Although the news about LendingPoint’s decision to formally acquire LoanHero is made public today for the very first time, the conversation between the two firms about how they could best combine their efforts has been ongoing for the last two years, according to CEO Tom Burnside.
Talking with Karen Webster shortly before the news was announced, Burnside noted that the two firms stepped into the alt lending arena at about the same time. Although they both had similar ideas about the use of technology to improve credit decisioning at the consumer’s point of need, they pitched to different consumers and used very different channels to acquire customers.
LendingPoint’s focus: near-prime customers who apply for credit online. LoanHero’s focus: prime customers acquired through physical channels, such as doctor’s offices and dental practices, to name a few.
As Burnside explained, the acquisition made perfect sense, as it provided the two firms with an opportunity to blend LendingPoint’s credit underwriting and risk management knowledge with LoanHero’s established expertise in point-of-need, point-of-sale financing – and then applied that new, combined set of capabilities to a wider range of customers.

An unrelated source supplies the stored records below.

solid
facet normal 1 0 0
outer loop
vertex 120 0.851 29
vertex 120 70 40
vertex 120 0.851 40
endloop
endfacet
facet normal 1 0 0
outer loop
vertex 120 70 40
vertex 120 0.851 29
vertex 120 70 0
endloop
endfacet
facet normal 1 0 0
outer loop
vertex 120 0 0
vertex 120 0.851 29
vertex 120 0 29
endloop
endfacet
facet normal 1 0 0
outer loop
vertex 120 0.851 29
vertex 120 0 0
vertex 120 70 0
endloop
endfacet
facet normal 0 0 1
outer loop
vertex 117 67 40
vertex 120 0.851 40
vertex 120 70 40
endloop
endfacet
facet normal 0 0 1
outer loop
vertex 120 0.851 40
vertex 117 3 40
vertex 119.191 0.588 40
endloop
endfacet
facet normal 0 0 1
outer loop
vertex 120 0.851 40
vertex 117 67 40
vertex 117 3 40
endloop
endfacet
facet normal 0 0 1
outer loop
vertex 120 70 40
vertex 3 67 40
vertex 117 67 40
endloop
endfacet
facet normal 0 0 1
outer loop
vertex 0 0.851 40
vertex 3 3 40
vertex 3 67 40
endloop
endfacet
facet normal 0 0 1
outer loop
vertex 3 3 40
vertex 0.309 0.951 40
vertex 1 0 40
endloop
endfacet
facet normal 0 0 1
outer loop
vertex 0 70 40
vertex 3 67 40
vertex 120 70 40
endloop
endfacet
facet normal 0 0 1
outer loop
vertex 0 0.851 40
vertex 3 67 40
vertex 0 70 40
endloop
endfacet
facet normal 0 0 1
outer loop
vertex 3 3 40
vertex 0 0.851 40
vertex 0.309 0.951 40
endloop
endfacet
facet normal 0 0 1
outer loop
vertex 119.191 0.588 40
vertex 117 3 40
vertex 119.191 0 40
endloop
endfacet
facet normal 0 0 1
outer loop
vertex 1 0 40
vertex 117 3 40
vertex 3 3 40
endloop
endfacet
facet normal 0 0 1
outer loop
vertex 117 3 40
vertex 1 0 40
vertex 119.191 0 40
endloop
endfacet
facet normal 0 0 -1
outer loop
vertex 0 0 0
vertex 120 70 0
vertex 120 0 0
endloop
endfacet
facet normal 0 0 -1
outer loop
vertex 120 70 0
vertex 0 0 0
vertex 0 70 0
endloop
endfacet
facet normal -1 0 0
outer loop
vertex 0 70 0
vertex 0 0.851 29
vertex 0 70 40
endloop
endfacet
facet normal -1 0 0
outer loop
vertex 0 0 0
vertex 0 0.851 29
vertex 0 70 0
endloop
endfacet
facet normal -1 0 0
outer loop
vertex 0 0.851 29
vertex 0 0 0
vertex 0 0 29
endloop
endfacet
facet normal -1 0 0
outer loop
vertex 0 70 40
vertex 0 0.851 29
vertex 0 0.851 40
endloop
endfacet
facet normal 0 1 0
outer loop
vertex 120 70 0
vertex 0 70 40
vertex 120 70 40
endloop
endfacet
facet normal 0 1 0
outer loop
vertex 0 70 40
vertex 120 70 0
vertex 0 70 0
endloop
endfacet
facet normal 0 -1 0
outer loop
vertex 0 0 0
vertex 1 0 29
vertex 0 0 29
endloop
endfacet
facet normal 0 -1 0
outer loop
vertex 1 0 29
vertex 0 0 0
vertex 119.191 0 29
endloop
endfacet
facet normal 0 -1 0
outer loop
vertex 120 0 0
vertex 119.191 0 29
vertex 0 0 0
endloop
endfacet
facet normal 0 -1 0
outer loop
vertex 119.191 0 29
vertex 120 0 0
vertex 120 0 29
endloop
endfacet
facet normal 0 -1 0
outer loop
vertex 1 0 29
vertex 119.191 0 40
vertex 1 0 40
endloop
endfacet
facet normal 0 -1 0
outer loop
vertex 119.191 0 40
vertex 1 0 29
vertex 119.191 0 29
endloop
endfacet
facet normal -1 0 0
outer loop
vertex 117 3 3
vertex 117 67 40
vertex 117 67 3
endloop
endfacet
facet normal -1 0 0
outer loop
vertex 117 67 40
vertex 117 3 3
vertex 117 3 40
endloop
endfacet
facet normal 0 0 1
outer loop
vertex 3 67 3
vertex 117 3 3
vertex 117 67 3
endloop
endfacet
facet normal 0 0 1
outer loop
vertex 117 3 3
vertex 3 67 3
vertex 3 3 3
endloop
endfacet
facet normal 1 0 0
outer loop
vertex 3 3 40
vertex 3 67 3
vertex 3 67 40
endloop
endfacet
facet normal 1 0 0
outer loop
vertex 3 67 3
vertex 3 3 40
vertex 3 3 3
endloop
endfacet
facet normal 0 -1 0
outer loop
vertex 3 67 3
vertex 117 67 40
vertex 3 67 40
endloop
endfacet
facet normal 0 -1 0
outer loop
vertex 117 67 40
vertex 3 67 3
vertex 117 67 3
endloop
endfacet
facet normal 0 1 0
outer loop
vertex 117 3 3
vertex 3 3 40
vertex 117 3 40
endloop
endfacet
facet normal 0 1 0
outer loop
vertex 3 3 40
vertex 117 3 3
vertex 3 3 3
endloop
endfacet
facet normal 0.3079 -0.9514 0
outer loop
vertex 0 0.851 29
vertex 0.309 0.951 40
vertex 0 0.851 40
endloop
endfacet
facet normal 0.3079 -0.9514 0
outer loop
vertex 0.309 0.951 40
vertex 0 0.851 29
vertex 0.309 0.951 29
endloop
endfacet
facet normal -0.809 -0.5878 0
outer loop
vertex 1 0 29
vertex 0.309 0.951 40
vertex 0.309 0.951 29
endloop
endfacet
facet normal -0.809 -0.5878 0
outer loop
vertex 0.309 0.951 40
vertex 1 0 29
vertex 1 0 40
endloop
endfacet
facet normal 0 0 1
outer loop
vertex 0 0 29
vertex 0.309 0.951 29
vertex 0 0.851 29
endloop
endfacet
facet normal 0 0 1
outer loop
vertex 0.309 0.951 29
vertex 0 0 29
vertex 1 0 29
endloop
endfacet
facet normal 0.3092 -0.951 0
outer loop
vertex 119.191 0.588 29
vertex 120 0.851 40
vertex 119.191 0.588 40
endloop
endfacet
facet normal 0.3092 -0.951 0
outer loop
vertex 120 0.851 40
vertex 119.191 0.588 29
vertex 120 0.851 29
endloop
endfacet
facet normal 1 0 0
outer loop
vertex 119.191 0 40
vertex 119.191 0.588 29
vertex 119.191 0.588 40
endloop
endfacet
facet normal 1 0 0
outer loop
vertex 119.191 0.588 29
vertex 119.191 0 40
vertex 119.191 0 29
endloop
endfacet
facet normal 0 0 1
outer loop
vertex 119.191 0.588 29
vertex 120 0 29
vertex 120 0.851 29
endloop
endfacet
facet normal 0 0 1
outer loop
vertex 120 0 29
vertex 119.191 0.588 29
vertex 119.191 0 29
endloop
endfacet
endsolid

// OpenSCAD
// --- Buffer tank for mini horizontal gel-electrophoresis box ---
// Print orientation: resting on XY plane at z = 0, building upward (+Z)

// Outer dimensions
outer_x = 120;   // mm, X direction
outer_y = 70;    // mm, Y direction
outer_z = 40;    // mm, Z direction

// Wall and floor thickness
wall_thick = 3;  // mm
floor_thick = 3; // mm

// Platform dimensions
platform_length = 60;  // mm, X direction (centred)
platform_top_z = 13;   // mm, top of platform above inner floor

// Electrode wire holes
hole_dia = 2;    // mm, diameter
hole_z = 30;     // mm, height of hole centre

// --- Derived dimensions ---
inner_x = outer_x - 2 * wall_thick;
inner_y = outer_y - 2 * wall_thick;
inner_z = outer_z - floor_thick;

platform_x_start = (inner_x - platform_length) / 2;
platform_y_start = 0; // spans full inner Y
platform_y_end = inner_y;
platform_height = platform_top_z - floor_thick;

// --- Build the part ---
difference() {
    // Outer shell (solid block)
    union() {
        // Main outer box
        cube([outer_x, outer_y, outer_z], center = false);
    }
    
    // Hollow out the interior
    translate([wall_thick, wall_thick, floor_thick]) {
        cube([inner_x, inner_y, inner_z], center = false);
    }
    
    // Electrode wire holes (through end walls)
    // Left end wall hole
    translate([
        0,  // X: starts at left edge
        0,  // Y: centred
        hole_z - hole_dia / 2
    ]) {
        cylinder(
            d = hole_dia,
            h = outer_x + 0.01,  // extend past both walls
            center = false
        );
    }
    
    // Right end wall hole
    translate([
        outer_x,  // X: starts at right edge
        0,
        hole_z - hole_dia / 2
    ]) {
        cylinder(
            d = hole_dia,
            h = outer_x + 0.01,
            center = false
        );
    }
}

That category, according to Burnside, contains about 145 million consumers – who, he noted, have very particular points of need where underwriting and risk management capabilities are severely underdeveloped.
Breaking New Ground
Today, LendingPoint’s sweet spot is risk modeling, which enables them to underwrite loans for borrowers who are otherwise likely to be overlooked, or undervalued, by traditional scoring methods. Loans extended by LendingPoint are underwritten digitally; approval can come within seconds, and loan terms range from 24 to 48 months.
The goal for tomorrow, Burnside noted, is to extend that expertise into the very large world of point of need, point of sale financing – LoanHero’s sweet spot – to begin to expand from purely digital interactions to face-to-face consumer conversions. LoanHero has focused specifically in the retail, construction and medical fields, via co-branded partnerships with merchants and services providers.
The medical arena – including elective procedures like laser hair removal, dental, orthodontics and equipment, such as wheelchairs, Burnside noted – is a massive market that is largely underserved. Just one of LoanHero’s medical equipment-focused practices, Burnside noted, pushes through $500 million in financing a year alone. The personal medical equipment market is estimated to be worth $10 billion annually – and half of that is financed.
“If you are a dentist, you’ve already done all the work and spent all the money to bring the customer through the door,” Burnside said, adding that the combined entity will give that dentist an opportunity to offer credit to any patient, not just the prime patients who walk through their doors. Before the acquisition, the only other option for dentists was to take on the risk of financing the bill in-house, charging an upfront down payment to cover their costs and keeping tier fingers crossed that they’d get the balance repaid.
An Enterprise Solution
In addition to expanding credit offerings at the consumer’s point of need, those medical and dental practices can now extend those options without the responsibilities of the tedious, time-consuming payments and collections tasks associated with managing credit.
Burnside told Webster that LendingPoint is a credit-first balance sheet lender who has honed all aspects of managing the credit lifecycle for consumers who have often been turned away by other providers. Part of the opportunity that the LendingPoint/LoanHero combination will bring is the ability to act as the “back office” for these practices, so they don’t have to create their own entire dedicated system for payments and collections. And, Burnside said, they can redirect those resources to focus on building their business.
“We want to be in the point of sale, point of need credit in a big way, and to scale the business the right way, which is what brought the LoanHero deal together,” he noted. “Our goal is to be first to market with a total enterprise solution that services both at prime and near prime consumers – first in medical and dental, and then in verticals that today have those same underserved point of sale/point of need credit profiles.”
That does not make them an antagonist to banks. Quite the opposite, Burnside pointed out: Mainstream financial players have a lot of the same problems that LoanHero did – they are well set up to serve prime customers directly, but bringing in near-prime customers is more complicated.
Connecting with LendingPoint, Burnside noted, allows banks to solve that problem by giving them a new channel to connect with those customers.
“We can help banks acquire customers who they are not lending to, but who they want to sell other products,” he said. “This gives them a chance to offer all those other accounts and ATM services that define their lifetime relationship with customers. When you think about it that way, we are the ultimate partner, because we offer a channel for them to reach customers with other services.”